• What the exercise asks: Below are the records; count how many of their lines carry "BuildSketch" and give only the number.

[Collected data entries]

::::::::

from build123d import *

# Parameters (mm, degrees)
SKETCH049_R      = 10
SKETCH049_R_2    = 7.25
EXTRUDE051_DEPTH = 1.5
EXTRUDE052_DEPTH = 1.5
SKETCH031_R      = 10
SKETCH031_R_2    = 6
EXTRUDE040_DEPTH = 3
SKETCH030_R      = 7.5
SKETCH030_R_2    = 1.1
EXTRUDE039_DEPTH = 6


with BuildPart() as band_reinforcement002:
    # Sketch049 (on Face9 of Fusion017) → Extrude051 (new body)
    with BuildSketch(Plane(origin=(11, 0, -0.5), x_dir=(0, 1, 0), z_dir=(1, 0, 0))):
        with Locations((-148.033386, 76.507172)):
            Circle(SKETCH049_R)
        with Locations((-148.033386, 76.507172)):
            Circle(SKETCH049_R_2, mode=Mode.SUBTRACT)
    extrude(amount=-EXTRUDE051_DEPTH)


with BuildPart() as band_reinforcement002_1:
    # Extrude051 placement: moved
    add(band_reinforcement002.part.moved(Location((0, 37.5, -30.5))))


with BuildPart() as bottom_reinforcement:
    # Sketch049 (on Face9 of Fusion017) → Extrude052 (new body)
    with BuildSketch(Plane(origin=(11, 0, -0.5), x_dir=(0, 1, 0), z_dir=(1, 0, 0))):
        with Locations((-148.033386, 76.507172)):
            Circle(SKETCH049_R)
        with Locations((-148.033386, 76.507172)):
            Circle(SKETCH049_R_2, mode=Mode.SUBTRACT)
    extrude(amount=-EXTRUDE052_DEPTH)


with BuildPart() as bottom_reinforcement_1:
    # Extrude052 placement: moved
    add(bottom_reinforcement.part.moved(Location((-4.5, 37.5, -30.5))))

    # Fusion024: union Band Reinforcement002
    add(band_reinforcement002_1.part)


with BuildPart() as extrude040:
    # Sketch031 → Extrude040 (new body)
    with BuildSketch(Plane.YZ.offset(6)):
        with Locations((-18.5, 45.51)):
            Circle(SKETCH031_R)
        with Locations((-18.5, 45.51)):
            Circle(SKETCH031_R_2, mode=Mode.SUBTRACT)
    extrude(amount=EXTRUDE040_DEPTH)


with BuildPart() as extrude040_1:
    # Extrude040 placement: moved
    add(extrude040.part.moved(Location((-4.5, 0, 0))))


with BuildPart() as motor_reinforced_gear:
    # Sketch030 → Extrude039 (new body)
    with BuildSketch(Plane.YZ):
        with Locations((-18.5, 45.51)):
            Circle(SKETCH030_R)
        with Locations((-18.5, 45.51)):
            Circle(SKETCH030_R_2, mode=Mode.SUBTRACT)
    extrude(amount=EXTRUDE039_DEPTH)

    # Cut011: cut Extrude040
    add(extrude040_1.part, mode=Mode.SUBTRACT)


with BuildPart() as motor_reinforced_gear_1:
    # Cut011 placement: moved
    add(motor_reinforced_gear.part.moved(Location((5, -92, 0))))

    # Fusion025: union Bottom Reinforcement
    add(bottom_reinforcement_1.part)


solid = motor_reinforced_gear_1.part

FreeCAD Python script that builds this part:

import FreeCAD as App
import Part
import Sketcher
from FreeCAD import Vector
Q = App.Units.Quantity

doc = App.newDocument("Part")
params = doc.addObject("Spreadsheet::Sheet", "Params")
for row, (alias, value) in enumerate([
    ("sketch1_diameter", "20 mm"),
    ("sketch1_diameter2", "14.5 mm"),
    ("pad1_length", "1.5 mm"),
    ("sketch2_diameter", "20 mm"),
    ("sketch2_diameter2", "14.5 mm"),
    ("pad2_length", "1.5 mm"),
    ("sketch3_diameter", "20 mm"),
    ("sketch3_diameter2", "12 mm"),
    ("pad3_length", "3 mm"),
    ("sketch4_diameter", "15 mm"),
    ("sketch4_diameter2", "2.2 mm"),
    ("pad4_length", "6 mm"),
], start=1):
    params.set(f"A{row}", alias)
    params.set(f"B{row}", "=" + value)
    params.setAlias(f"B{row}", alias)

body = doc.addObject("PartDesign::Body", "Body")

# Sketch on YZ plane
sketch1 = doc.addObject("Sketcher::SketchObject", "Sketch")
body.addObject(sketch1)
sketch1.AttachmentSupport = (doc.YZ_Plane, [""])
sketch1.MapMode = "FlatFace"
sketch1.AttachmentOffset = App.Placement(Vector(0, 0, 11), App.Rotation())
sketch1.addGeometry([
    Part.Circle(Vector(-148.033386, 76.007172, 0), Vector(0, 0, 1), 10),
    Part.Circle(Vector(-148.033386, 76.007172, 0), Vector(0, 0, 1), 7.25),
], False)
sketch1.addConstraint([
    Sketcher.Constraint("Coincident", 1, 3, 0, 3),
    Sketcher.Constraint("Diameter", 0, Q("20 mm")),
    Sketcher.Constraint("Diameter", 1, Q("14.5 mm")),
    Sketcher.Constraint("DistanceY", -1, 1, 0, 3, Q("76.007172 mm")),
    Sketcher.Constraint("DistanceX", 0, 3, -1, 1, Q("148.033386 mm")),
])
sketch1.setExpression("Constraints[1]", "Params.sketch1_diameter")
sketch1.setExpression("Constraints[2]", "Params.sketch1_diameter2")
pad1 = doc.addObject("PartDesign::Pad", "Pad")
body.addObject(pad1)
pad1.Profile = sketch1
pad1.setExpression("Length", "Params.pad1_length")
pad1.Reversed = True
body2 = doc.addObject("PartDesign::Body", "Body001")
doc.recompute()

body.Placement = App.Placement(Vector(0, 37.5, -30.5), App.Rotation(Vector(0, 0, 1), 0))
boolean = doc.addObject("PartDesign::Boolean", "Boolean")
body2.addObject(boolean)
boolean.Type = "Fuse"
boolean.addObjects([body])
body3 = doc.addObject("PartDesign::Body", "Body002")

# Sketch on YZ plane
sketch2 = doc.addObject("Sketcher::SketchObject", "Sketch001")
body3.addObject(sketch2)
sketch2.AttachmentSupport = (doc.getObject("YZ_Plane002"), [""])
sketch2.MapMode = "FlatFace"
sketch2.AttachmentOffset = App.Placement(Vector(0, 0, 11), App.Rotation())
sketch2.addGeometry([
    Part.Circle(Vector(-148.033386, 76.007172, 0), Vector(0, 0, 1), 10),
    Part.Circle(Vector(-148.033386, 76.007172, 0), Vector(0, 0, 1), 7.25),
], False)
sketch2.addConstraint([
    Sketcher.Constraint("Coincident", 1, 3, 0, 3),
    Sketcher.Constraint("Diameter", 0, Q("20 mm")),
    Sketcher.Constraint("Diameter", 1, Q("14.5 mm")),
    Sketcher.Constraint("DistanceY", -1, 1, 0, 3, Q("76.007172 mm")),
    Sketcher.Constraint("DistanceX", 0, 3, -1, 1, Q("148.033386 mm")),
])
sketch2.setExpression("Constraints[1]", "Params.sketch2_diameter")
sketch2.setExpression("Constraints[2]", "Params.sketch2_diameter2")
pad2 = doc.addObject("PartDesign::Pad", "Pad001")
body3.addObject(pad2)
pad2.Profile = sketch2
pad2.setExpression("Length", "Params.pad2_length")
pad2.Reversed = True
body4 = doc.addObject("PartDesign::Body", "Body003")
body4.AllowCompound = True
doc.recompute()

body3.Placement = App.Placement(Vector(-4.5, 37.5, -30.5), App.Rotation(Vector(0, 0, 1), 0))
boolean2 = doc.addObject("PartDesign::Boolean", "Boolean001")
body4.addObject(boolean2)
boolean2.Type = "Fuse"
boolean2.addObjects([body3])
doc.recompute()

boolean3 = doc.addObject("PartDesign::Boolean", "Boolean002")
body4.addObject(boolean3)
boolean3.Type = "Fuse"
boolean3.addObjects([body2])
body5 = doc.addObject("PartDesign::Body", "Body004")

# Sketch on YZ plane
sketch3 = doc.addObject("Sketcher::SketchObject", "Sketch002")
body5.addObject(sketch3)
sketch3.AttachmentSupport = (doc.getObject("YZ_Plane004"), [""])
sketch3.MapMode = "FlatFace"
sketch3.AttachmentOffset = App.Placement(Vector(0, 0, 6), App.Rotation())
sketch3.addGeometry([
    Part.Circle(Vector(-18.5, 45.51, 0), Vector(0, 0, 1), 10),
    Part.Circle(Vector(-18.5, 45.51, 0), Vector(0, 0, 1), 6),
], False)
sketch3.addConstraint([
    Sketcher.Constraint("Coincident", 1, 3, 0, 3),
    Sketcher.Constraint("Diameter", 0, Q("20 mm")),
    Sketcher.Constraint("Diameter", 1, Q("12 mm")),
    Sketcher.Constraint("DistanceX", 0, 3, -1, 1, Q("18.5 mm")),
    Sketcher.Constraint("DistanceY", -1, 1, 0, 3, Q("45.51 mm")),
])
sketch3.setExpression("Constraints[1]", "Params.sketch3_diameter")
sketch3.setExpression("Constraints[2]", "Params.sketch3_diameter2")
pad3 = doc.addObject("PartDesign::Pad", "Pad002")
body5.addObject(pad3)
pad3.Profile = sketch3
pad3.setExpression("Length", "Params.pad3_length")
body6 = doc.addObject("PartDesign::Body", "Body005")
doc.recompute()

body5.Placement = App.Placement(Vector(-4.5, 0, 0), App.Rotation(Vector(0, 0, 1), 0))
boolean4 = doc.addObject("PartDesign::Boolean", "Boolean003")
body6.addObject(boolean4)
boolean4.Type = "Fuse"
boolean4.addObjects([body5])
body7 = doc.addObject("PartDesign::Body", "Body006")

# Sketch on YZ plane
sketch4 = doc.addObject("Sketcher::SketchObject", "Sketch003")
body7.addObject(sketch4)
sketch4.AttachmentSupport = (doc.getObject("YZ_Plane006"), [""])
sketch4.MapMode = "FlatFace"
sketch4.addGeometry([
    Part.Circle(Vector(-18.5, 45.51, 0), Vector(0, 0, 1), 7.5),
    Part.Circle(Vector(-18.5, 45.51, 0), Vector(0, 0, 1), 1.1),
], False)
sketch4.addConstraint([
    Sketcher.Constraint("Coincident", 1, 3, 0, 3),
    Sketcher.Constraint("Diameter", 0, Q("15 mm")),
    Sketcher.Constraint("Diameter", 1, Q("2.2 mm")),
    Sketcher.Constraint("DistanceX", 0, 3, -1, 1, Q("18.5 mm")),
    Sketcher.Constraint("DistanceY", -1, 1, 0, 3, Q("45.51 mm")),
])
sketch4.setExpression("Constraints[1]", "Params.sketch4_diameter")
sketch4.setExpression("Constraints[2]", "Params.sketch4_diameter2")
pad4 = doc.addObject("PartDesign::Pad", "Pad003")
body7.addObject(pad4)
pad4.Profile = sketch4
pad4.setExpression("Length", "Params.pad4_length")
doc.recompute()

boolean5 = doc.addObject("PartDesign::Boolean", "Boolean004")
body7.addObject(boolean5)
boolean5.Type = "Cut"
boolean5.addObjects([body6])
body8 = doc.addObject("PartDesign::Body", "Body007")
doc.recompute()

body7.Placement = App.Placement(Vector(5, -92, 0), App.Rotation(Vector(0, 0, 1), 0))
boolean6 = doc.addObject("PartDesign::Boolean", "Boolean005")
body8.addObject(boolean6)
boolean6.Type = "Fuse"
boolean6.addObjects([body7])
doc.recompute()

boolean7 = doc.addObject("PartDesign::Boolean", "Boolean006")
body8.addObject(boolean7)
boolean7.Type = "Fuse"
boolean7.addObjects([body4])

doc.recompute()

::::::::

• Solution for this problem: 4